Dalam kesempatan memeriksa persiapan-persiapan terakhir di Bandung pada
tanggal 17 April 1955, Presiden RI Soekarno meresmikan penggantian nama Gedung
Concordia menjadi Gedung Merdeka, Gedung Dana Pensiun menjadi Gedung Dwi
Warna, dan sebagian Jalan Raya Timur menjadi Jalan Asia Afrika.
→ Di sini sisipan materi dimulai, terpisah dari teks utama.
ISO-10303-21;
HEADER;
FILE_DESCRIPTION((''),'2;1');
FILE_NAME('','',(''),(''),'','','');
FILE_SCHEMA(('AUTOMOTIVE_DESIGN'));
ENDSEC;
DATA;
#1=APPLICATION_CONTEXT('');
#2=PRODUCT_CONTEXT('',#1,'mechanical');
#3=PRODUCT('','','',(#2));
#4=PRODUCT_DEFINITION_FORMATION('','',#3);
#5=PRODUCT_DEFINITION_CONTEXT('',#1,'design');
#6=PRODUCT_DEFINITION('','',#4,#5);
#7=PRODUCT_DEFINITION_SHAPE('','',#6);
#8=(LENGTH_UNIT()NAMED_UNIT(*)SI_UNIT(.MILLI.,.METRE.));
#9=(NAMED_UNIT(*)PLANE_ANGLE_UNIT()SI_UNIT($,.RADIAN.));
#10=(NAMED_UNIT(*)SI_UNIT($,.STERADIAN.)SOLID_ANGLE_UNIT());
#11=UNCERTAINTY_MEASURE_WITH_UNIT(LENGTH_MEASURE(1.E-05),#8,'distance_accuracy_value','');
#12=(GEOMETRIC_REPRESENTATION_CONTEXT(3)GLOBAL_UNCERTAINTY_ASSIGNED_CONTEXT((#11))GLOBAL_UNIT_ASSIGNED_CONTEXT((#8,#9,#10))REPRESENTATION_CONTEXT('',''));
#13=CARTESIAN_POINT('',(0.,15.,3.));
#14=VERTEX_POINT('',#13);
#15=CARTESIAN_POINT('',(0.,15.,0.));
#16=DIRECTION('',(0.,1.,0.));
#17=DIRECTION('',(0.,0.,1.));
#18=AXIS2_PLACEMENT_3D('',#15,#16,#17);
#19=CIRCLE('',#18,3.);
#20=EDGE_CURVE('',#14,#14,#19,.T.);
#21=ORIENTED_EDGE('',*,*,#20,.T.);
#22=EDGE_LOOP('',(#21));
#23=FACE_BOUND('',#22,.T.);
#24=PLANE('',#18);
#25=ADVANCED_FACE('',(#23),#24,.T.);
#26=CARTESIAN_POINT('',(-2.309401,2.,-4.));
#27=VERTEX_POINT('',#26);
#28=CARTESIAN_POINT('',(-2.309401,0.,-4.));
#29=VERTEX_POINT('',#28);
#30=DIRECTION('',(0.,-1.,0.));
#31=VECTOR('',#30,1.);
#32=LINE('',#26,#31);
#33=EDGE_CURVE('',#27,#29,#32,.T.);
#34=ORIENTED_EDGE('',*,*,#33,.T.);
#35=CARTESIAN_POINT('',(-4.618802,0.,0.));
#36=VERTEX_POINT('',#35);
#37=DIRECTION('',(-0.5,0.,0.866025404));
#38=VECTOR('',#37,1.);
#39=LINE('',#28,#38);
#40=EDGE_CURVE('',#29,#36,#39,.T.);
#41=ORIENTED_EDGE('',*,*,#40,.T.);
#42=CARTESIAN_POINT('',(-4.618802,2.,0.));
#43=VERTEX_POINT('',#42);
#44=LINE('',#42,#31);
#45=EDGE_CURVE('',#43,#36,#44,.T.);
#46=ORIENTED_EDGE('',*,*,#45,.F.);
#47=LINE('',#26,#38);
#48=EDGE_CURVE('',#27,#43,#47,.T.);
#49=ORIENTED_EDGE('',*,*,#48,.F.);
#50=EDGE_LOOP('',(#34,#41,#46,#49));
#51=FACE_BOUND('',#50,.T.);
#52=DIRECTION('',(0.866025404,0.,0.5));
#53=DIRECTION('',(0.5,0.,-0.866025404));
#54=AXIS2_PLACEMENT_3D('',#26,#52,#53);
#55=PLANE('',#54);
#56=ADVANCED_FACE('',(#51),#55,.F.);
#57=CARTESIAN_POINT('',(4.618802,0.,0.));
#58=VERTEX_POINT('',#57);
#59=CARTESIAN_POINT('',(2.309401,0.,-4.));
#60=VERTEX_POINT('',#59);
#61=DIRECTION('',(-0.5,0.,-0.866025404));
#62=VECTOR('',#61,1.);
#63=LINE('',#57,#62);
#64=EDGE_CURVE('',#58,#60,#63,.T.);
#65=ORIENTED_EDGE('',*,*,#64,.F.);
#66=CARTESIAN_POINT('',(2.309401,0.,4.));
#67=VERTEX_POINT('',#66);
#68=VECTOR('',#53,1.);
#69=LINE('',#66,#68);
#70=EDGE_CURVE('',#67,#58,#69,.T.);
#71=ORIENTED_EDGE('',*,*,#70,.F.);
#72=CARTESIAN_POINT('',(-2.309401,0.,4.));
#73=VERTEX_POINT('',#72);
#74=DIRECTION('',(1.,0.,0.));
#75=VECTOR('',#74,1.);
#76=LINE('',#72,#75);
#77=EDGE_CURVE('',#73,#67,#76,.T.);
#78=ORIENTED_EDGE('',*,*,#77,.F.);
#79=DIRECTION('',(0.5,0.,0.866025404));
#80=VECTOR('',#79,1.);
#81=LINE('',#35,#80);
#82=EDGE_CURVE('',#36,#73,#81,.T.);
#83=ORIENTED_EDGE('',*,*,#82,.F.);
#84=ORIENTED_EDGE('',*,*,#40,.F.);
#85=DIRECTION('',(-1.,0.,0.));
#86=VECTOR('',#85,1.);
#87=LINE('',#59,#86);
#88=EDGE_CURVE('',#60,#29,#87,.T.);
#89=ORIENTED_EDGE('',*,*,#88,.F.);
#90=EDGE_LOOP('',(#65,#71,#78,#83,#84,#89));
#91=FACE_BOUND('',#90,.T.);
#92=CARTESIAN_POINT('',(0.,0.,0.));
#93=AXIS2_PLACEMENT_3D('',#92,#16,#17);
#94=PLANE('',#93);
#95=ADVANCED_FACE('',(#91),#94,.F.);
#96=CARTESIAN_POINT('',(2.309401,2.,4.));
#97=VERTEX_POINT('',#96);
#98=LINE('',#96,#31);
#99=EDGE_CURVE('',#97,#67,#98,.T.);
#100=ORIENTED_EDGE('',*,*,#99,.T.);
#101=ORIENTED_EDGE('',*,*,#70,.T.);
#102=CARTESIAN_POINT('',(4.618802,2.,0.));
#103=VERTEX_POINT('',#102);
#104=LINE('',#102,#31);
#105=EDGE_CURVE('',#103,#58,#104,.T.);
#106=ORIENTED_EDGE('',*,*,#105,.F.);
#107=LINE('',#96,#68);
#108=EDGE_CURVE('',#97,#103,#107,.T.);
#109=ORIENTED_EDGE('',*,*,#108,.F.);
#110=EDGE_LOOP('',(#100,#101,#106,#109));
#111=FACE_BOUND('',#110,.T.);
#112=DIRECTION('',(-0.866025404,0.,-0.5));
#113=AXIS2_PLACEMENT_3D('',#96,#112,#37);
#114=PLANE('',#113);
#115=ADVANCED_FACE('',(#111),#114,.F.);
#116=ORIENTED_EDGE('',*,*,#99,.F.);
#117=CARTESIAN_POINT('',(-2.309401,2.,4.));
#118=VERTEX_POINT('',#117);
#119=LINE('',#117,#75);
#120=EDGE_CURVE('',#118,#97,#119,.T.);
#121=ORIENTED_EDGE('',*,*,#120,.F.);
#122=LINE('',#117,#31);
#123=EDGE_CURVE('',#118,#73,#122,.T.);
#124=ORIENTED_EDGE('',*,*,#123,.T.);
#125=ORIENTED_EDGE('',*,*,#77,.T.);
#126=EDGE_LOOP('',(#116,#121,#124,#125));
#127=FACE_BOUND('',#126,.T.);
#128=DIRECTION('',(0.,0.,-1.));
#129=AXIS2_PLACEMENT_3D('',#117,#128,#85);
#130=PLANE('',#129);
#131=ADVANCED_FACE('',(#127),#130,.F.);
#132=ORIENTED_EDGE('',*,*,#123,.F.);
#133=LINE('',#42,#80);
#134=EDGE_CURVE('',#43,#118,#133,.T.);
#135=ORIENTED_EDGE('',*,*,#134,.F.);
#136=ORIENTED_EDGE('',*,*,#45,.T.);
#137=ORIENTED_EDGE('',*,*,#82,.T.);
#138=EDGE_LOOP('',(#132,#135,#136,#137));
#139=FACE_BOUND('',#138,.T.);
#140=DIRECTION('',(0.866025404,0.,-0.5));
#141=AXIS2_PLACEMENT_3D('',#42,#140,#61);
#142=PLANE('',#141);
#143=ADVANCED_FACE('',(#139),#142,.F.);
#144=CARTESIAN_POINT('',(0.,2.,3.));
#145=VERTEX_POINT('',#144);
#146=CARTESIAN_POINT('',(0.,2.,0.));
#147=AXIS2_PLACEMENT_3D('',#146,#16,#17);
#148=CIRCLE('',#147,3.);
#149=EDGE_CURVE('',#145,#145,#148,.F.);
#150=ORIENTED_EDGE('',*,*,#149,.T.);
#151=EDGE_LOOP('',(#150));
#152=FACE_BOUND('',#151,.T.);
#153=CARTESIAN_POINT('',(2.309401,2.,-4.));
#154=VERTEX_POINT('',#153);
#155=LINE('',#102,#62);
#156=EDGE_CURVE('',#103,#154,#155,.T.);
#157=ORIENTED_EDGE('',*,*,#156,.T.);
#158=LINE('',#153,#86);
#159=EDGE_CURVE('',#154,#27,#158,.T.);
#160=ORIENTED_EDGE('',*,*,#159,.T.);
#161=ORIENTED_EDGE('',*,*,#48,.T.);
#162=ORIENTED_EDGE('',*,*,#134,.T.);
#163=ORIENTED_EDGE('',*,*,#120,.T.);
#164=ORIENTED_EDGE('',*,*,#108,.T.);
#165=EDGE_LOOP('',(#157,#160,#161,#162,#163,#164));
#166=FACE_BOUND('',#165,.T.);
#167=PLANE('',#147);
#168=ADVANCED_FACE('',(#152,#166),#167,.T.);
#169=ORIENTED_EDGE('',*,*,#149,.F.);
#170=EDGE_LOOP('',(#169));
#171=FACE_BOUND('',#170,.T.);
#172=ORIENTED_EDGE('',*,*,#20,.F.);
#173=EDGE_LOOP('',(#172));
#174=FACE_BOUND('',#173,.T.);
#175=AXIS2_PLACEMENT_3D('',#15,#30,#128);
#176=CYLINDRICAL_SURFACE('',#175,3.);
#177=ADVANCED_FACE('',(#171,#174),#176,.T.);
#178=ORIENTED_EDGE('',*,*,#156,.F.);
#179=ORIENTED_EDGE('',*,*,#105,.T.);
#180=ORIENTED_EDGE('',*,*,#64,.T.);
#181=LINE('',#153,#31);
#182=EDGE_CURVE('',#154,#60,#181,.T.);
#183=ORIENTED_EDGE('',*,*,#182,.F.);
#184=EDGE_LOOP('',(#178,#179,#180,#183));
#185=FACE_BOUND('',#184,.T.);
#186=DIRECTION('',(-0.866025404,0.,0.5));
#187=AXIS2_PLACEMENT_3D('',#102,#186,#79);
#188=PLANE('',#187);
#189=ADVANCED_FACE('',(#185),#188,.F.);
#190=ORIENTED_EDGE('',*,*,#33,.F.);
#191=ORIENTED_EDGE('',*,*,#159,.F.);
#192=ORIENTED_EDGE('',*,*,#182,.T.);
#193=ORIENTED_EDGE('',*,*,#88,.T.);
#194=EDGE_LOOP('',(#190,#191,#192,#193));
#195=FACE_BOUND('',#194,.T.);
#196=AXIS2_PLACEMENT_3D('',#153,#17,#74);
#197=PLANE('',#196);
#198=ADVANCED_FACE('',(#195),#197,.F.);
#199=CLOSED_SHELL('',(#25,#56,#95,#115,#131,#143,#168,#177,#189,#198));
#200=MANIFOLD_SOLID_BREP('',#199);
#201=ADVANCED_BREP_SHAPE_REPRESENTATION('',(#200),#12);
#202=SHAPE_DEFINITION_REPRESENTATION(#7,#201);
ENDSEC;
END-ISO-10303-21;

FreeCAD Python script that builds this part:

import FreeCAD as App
import Part
import Sketcher
Q = App.Units.Quantity


def add_polygon(sketch, points):
    """Adds a closed chain of lines whose ends are joined by coincident constraints."""
    first, n = sketch.GeometryCount, len(points)
    for a, b in zip(points, points[1:] + points[:1]):
        sketch.addGeometry(Part.LineSegment(App.Vector(*a, 0), App.Vector(*b, 0)), False)
    for i in range(n):
        sketch.addConstraint(Sketcher.Constraint("Coincident", first + i, 2, first + (i + 1) % n, 1))

doc = App.newDocument("Part")
body = doc.addObject("PartDesign::Body", "Body")

# Sketch on XZ plane
sketch1 = body.newObject("Sketcher::SketchObject", "Sketch")
sketch1.AttachmentSupport = (doc.getObject("XZ_Plane"), [""])
sketch1.MapMode = "FlatFace"
add_polygon(sketch1, [(4.6, 0), (2.3, -4), (-2.3, -4), (-4.6, 0), (-2.3, 4), (2.3, 4)])  # lines 0-5
sketch1.addConstraint([
    Sketcher.Constraint("Horizontal", 1),
    Sketcher.Constraint("Horizontal", 4),
    Sketcher.Constraint("Symmetric", 0, 2, 3, 2, -1, 1),
    Sketcher.Constraint("Symmetric", 2, 2, 5, 2, -1, 1),
    Sketcher.Constraint("PointOnObject", 2, 2, -1),
    Sketcher.Constraint("Parallel", 2, 5),
    Sketcher.Constraint("Vertical", 1, 2, 3, 2),
    Sketcher.Constraint("Angle", 0, Q("-120 deg")),
    Sketcher.Constraint("DistanceY", 0, 2, -1, 1, 4.0),
    Sketcher.Constraint("DistanceX", -1, 1, 0, 2, 2.309401),
])
pad1 = body.newObject("PartDesign::Pad", "Pad")
pad1.Profile = sketch1
pad1.Length = 2
pad1.Reversed = True

# Sketch on XZ plane
sketch2 = body.newObject("Sketcher::SketchObject", "Sketch001")
sketch2.AttachmentSupport = (doc.getObject("XZ_Plane"), [""])
sketch2.MapMode = "FlatFace"
sketch2.addGeometry(Part.Circle(App.Vector(0, 0, 0), App.Vector(0, 0, 1), 3), False)
sketch2.addConstraint([
    Sketcher.Constraint("Coincident", 0, 3, -1, 1),
    Sketcher.Constraint("Diameter", 0, 6.0),
])
pad2 = body.newObject("PartDesign::Pad", "Pad001")
pad2.Profile = sketch2
pad2.Length = 15
pad2.Reversed = True

doc.recompute()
Penggantian nama
tersebut dimaksudkan untuk lebih menyemarakkan konferensi dan menciptakan
suasana konferensi yang sesuai dengan tujuan konferensi.
Pada tanggal 15 Januari 1955, surat undangan Konferensi Asia Afrika
dikirimkan kepada kepala pemerintahan 25 (dua puluh lima) negara Asia dan Afrika.
Dari seluruh negara yang diundang hanya satu negara yang menolak undangan itu,
yaitu Federasi Afrika Tengah (Central African Federation), karena memang negara itu
masih dikuasai oleh orang-orang bekas penjajahnya. Sedangkan 24 (dua puluh empat)
negara lainnya menerima baik undangan itu, meskipun pada mulanya ada negara yang
masih ragu-ragu. Sebagian besar delegasi peserta konferensi tiba di Bandung lewat
Jakarta pada tanggal 16 April 1955.
3.7 Pelaksanaan Konferensi
Pada hari Senin 18 April 1955, sejak fajar menyingsing telah tampak
kesibukan di Kota Bandung untuk menyambut pembukaan Konferensi Asia Afrika.
Sejak pukul 07.00 WIB kedua tepi sepanjang Jalan Asia Afrika dari mulai depan
Hotel Preanger sampai dengan kantor pos, penuh sesak oleh rakyat yang ingin
menyambut dan menyaksikan para tamu dari berbagai negara. Sementara para petugas
keamanan yang terdiri dari tentara dan polisi telah siap di tempat tugas mereka untuk
menjaga keamanan dan ketertiban.
Sekitar pukul 08.30 WIB, para delegasi dari berbagai negara berjalan
meninggalkan Hotel Homann dan Hotel Preanger menuju Gedung Merdeka secara
berkelompok untuk menghadiri pembukaan Konferensi Asia Afrika. Banyak di antara
mereka memakai pakaian nasional masing-masing yang beraneka corak dan wama.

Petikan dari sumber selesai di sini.